------ Stored data ------

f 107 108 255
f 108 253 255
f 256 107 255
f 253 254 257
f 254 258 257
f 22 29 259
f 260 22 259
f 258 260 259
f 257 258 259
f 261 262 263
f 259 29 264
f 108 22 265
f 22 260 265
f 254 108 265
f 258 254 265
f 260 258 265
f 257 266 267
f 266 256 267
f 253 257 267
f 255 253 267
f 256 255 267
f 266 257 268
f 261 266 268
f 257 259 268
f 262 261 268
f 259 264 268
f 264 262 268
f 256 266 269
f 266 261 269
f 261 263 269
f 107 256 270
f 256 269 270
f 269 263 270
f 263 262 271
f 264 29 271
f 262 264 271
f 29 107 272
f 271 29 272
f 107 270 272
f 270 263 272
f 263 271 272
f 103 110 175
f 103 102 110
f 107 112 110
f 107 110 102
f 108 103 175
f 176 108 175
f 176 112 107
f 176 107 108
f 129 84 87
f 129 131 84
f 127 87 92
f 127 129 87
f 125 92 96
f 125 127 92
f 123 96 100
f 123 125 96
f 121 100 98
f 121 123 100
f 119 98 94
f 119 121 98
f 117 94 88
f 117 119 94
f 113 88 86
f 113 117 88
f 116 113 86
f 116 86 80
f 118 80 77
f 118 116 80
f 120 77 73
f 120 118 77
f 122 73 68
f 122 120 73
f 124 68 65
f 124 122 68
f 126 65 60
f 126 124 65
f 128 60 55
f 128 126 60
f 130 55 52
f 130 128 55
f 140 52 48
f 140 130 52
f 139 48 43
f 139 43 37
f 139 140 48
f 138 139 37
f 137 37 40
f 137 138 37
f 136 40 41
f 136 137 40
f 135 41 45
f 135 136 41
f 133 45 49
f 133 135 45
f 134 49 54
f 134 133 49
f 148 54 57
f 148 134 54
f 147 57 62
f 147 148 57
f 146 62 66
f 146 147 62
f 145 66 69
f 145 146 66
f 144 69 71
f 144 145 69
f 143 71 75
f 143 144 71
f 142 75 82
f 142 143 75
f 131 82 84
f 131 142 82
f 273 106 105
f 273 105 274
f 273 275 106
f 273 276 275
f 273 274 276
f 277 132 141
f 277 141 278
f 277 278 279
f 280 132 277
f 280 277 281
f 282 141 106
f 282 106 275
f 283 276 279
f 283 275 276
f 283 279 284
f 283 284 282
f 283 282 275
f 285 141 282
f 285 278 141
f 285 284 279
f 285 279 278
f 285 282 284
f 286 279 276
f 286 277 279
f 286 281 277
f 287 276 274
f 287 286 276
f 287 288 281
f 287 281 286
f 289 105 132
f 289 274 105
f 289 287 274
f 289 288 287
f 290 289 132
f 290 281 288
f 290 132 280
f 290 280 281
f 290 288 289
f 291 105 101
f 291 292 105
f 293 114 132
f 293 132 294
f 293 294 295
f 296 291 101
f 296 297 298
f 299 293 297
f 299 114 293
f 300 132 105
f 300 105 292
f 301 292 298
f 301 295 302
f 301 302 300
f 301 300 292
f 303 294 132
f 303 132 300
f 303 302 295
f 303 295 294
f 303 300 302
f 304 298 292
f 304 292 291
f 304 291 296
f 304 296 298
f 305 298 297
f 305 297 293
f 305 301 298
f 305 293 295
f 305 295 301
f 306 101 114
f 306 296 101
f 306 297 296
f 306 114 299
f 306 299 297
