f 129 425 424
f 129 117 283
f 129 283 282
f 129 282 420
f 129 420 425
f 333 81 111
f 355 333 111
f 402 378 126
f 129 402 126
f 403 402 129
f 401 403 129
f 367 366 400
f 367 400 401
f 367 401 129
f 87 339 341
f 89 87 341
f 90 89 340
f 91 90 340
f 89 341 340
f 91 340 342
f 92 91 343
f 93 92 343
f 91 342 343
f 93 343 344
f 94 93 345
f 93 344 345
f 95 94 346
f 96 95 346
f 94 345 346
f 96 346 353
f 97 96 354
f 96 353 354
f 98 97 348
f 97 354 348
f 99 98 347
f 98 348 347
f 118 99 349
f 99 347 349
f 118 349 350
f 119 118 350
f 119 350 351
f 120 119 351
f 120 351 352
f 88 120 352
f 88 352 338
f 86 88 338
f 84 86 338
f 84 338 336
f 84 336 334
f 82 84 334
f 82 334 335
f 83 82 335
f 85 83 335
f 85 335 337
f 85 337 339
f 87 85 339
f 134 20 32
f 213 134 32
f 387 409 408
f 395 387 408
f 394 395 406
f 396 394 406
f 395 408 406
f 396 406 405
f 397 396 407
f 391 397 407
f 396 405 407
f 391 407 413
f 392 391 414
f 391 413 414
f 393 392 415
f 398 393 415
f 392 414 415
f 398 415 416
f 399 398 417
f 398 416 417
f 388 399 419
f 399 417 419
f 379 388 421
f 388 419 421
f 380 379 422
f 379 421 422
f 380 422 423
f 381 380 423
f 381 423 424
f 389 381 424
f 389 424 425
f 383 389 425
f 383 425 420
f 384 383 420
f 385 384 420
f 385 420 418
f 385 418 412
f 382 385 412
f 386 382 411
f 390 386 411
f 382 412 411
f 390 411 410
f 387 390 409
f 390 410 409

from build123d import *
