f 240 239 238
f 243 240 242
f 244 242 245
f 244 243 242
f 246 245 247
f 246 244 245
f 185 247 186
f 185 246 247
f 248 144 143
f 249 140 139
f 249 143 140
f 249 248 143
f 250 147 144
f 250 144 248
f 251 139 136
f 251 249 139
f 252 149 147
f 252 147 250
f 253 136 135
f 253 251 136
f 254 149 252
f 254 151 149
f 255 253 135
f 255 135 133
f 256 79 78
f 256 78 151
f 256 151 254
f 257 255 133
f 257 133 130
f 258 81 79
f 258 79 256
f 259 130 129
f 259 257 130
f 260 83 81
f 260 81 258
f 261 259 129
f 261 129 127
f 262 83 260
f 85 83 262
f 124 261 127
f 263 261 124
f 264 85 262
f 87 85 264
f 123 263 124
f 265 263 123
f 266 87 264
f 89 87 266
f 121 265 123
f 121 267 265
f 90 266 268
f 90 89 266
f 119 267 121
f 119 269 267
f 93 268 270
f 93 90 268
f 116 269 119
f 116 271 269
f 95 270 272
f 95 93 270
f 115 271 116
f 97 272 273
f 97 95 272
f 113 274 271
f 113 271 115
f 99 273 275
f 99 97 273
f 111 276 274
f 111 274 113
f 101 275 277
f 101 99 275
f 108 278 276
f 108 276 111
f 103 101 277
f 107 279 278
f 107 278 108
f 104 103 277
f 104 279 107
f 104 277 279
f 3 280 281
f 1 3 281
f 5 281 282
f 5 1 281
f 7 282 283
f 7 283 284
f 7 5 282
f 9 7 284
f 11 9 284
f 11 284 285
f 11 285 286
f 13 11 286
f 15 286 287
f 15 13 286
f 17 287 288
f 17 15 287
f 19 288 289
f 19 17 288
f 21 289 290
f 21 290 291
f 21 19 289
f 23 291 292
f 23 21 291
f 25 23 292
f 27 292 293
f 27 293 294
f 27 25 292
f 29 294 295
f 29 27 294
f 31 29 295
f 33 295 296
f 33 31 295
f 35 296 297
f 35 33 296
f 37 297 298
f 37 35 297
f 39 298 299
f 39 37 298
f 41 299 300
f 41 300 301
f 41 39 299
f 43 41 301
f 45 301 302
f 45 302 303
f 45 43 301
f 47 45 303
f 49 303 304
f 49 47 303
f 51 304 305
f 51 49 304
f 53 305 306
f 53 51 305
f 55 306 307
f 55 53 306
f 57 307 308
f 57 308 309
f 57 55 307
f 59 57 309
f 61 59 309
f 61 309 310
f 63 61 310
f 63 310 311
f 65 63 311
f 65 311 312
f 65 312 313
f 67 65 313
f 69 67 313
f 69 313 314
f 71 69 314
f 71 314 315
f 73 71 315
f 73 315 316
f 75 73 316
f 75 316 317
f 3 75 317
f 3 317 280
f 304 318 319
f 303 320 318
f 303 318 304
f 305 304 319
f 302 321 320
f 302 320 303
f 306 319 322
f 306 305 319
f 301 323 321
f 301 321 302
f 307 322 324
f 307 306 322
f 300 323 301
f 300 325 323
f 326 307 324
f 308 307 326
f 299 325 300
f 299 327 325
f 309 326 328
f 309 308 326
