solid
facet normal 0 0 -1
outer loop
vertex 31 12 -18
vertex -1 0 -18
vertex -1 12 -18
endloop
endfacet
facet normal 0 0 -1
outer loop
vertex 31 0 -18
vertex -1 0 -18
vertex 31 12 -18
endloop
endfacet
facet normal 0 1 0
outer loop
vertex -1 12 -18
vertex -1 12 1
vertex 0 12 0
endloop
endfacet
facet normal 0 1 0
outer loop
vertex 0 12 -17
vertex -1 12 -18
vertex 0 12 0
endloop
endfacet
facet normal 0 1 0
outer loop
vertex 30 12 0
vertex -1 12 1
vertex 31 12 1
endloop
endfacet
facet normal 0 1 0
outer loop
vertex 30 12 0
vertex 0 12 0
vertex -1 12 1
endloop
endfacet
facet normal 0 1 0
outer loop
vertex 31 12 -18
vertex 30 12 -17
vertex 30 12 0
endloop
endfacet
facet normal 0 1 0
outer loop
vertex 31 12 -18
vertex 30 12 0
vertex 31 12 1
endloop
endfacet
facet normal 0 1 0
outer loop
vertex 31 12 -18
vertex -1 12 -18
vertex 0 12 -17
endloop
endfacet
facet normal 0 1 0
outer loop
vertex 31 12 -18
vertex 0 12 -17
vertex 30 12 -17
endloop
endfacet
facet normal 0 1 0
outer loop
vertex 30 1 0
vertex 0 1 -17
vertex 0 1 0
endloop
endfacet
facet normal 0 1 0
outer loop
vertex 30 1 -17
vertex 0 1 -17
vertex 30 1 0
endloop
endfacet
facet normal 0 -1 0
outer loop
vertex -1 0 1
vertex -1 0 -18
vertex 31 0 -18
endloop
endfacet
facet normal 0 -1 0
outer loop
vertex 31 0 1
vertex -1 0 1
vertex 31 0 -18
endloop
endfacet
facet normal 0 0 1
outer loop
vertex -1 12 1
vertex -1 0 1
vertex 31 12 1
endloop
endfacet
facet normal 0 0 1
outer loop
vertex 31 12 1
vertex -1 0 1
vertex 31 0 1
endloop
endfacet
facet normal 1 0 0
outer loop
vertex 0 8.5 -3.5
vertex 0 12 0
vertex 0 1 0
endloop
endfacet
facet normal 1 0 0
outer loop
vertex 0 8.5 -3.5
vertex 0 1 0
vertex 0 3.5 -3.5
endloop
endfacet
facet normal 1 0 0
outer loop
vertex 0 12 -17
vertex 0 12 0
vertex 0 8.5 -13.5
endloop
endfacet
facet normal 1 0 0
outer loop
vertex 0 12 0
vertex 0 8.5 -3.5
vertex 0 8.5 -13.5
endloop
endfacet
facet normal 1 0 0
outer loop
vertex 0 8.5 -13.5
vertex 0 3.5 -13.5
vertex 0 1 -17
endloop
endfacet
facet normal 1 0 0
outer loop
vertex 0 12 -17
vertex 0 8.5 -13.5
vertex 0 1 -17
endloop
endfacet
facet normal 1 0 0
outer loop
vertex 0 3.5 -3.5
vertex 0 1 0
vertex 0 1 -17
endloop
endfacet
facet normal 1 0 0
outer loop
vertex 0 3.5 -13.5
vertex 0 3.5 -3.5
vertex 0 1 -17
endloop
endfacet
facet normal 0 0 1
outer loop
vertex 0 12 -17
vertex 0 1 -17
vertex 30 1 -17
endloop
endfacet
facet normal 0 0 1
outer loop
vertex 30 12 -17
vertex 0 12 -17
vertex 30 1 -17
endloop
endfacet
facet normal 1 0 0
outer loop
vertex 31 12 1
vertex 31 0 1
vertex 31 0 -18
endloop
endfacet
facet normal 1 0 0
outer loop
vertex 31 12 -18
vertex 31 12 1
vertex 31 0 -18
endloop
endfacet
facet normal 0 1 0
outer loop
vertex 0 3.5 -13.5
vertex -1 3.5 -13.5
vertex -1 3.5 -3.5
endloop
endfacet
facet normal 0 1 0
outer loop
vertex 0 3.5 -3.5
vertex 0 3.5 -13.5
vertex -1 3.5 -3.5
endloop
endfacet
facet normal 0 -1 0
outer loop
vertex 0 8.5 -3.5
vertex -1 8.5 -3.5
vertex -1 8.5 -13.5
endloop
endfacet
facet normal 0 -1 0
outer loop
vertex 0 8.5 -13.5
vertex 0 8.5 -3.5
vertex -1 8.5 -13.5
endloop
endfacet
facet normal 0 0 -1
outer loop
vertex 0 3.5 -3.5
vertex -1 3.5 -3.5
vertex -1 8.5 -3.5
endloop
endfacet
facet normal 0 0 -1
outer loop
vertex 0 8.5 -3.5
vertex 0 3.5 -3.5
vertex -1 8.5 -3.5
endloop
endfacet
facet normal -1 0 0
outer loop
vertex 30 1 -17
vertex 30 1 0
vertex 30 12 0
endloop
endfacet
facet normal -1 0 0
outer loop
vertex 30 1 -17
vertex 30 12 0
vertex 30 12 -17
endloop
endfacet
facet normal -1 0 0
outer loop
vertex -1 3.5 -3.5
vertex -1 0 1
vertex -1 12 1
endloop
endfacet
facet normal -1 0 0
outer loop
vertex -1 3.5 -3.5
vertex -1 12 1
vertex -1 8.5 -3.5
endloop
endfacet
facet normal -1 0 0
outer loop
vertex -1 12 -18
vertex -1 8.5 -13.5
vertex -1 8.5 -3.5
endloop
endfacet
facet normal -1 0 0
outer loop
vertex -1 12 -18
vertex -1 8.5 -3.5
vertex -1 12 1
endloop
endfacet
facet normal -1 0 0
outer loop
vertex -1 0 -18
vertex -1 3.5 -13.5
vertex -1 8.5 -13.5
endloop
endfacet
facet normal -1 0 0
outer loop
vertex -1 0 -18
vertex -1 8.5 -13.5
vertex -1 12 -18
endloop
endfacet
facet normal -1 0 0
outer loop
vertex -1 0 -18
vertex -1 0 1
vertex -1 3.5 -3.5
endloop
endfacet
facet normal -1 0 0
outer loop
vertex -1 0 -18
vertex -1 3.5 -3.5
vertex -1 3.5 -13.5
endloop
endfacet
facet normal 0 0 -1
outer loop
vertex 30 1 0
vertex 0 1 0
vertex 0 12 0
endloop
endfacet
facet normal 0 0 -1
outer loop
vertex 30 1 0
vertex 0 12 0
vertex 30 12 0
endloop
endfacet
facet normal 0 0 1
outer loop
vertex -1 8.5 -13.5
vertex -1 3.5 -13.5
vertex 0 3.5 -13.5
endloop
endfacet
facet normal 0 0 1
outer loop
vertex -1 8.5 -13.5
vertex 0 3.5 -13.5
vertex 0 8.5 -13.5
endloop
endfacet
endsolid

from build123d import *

# Parameters (mm, degrees)
CROQUIS1_W              = 32
CROQUIS1_H              = 19
CROQUIS1_W_2            = 30
CROQUIS1_H_2            = 17
SALIENTE_EXTRUIR1_DEPTH = 12
CROQUIS1_3_W            = 30
CROQUIS1_3_H            = 17
SALIENTE_EXTRUIR2_DEPTH = 1
CROQUIS2_W              = 10
CROQUIS2_H              = 5
CORTAR_EXTRUIR1_DEPTH   = 1


with BuildPart() as part:
    # Croquis1 → Saliente-Extruir1 (new body)
    with BuildSketch(Plane(origin=(0, 0, 0), x_dir=(1, 0, 0), z_dir=(0, 1, 0))):
        with Locations((15, 8.5)):
            Rectangle(CROQUIS1_W, CROQUIS1_H)
        with Locations((15, 8.5)):
            Rectangle(CROQUIS1_W_2, CROQUIS1_H_2, mode=Mode.SUBTRACT)
    extrude(amount=SALIENTE_EXTRUIR1_DEPTH)

    # Croquis1<3> → Saliente-Extruir2 (add)
    with BuildSketch(Plane(origin=(0, 0, 0), x_dir=(1, 0, 0), z_dir=(0, 1, 0))):
        with Locations((15, 8.5)):
            Rectangle(CROQUIS1_3_W, CROQUIS1_3_H)
    extrude(amount=SALIENTE_EXTRUIR2_DEPTH)

    # Croquis2 → Cortar-Extruir1 (cut)
    with BuildSketch(Plane.ZY.offset(1)):
        with Locations((-8.5, 6)):
            Rectangle(CROQUIS2_W, CROQUIS2_H)
    extrude(amount=-CORTAR_EXTRUIR1_DEPTH, mode=Mode.SUBTRACT)


solid = part.part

------

• _Task to complete_
Please copy, exactly and with nothing else, the lines above beginning at the line that has "f 262 264 271" and ending with the line that has "f 123 96 100".

• _Exercise response_
f 262 264 271
f 29 107 272
f 271 29 272
f 107 270 272
f 270 263 272
f 263 271 272
f 103 110 175
f 103 102 110
f 107 112 110
f 107 110 102
f 108 103 175
f 176 108 175
f 176 112 107
f 176 107 108
f 129 84 87
f 129 131 84
f 127 87 92
f 127 129 87
f 125 92 96
f 125 127 92
f 123 96 100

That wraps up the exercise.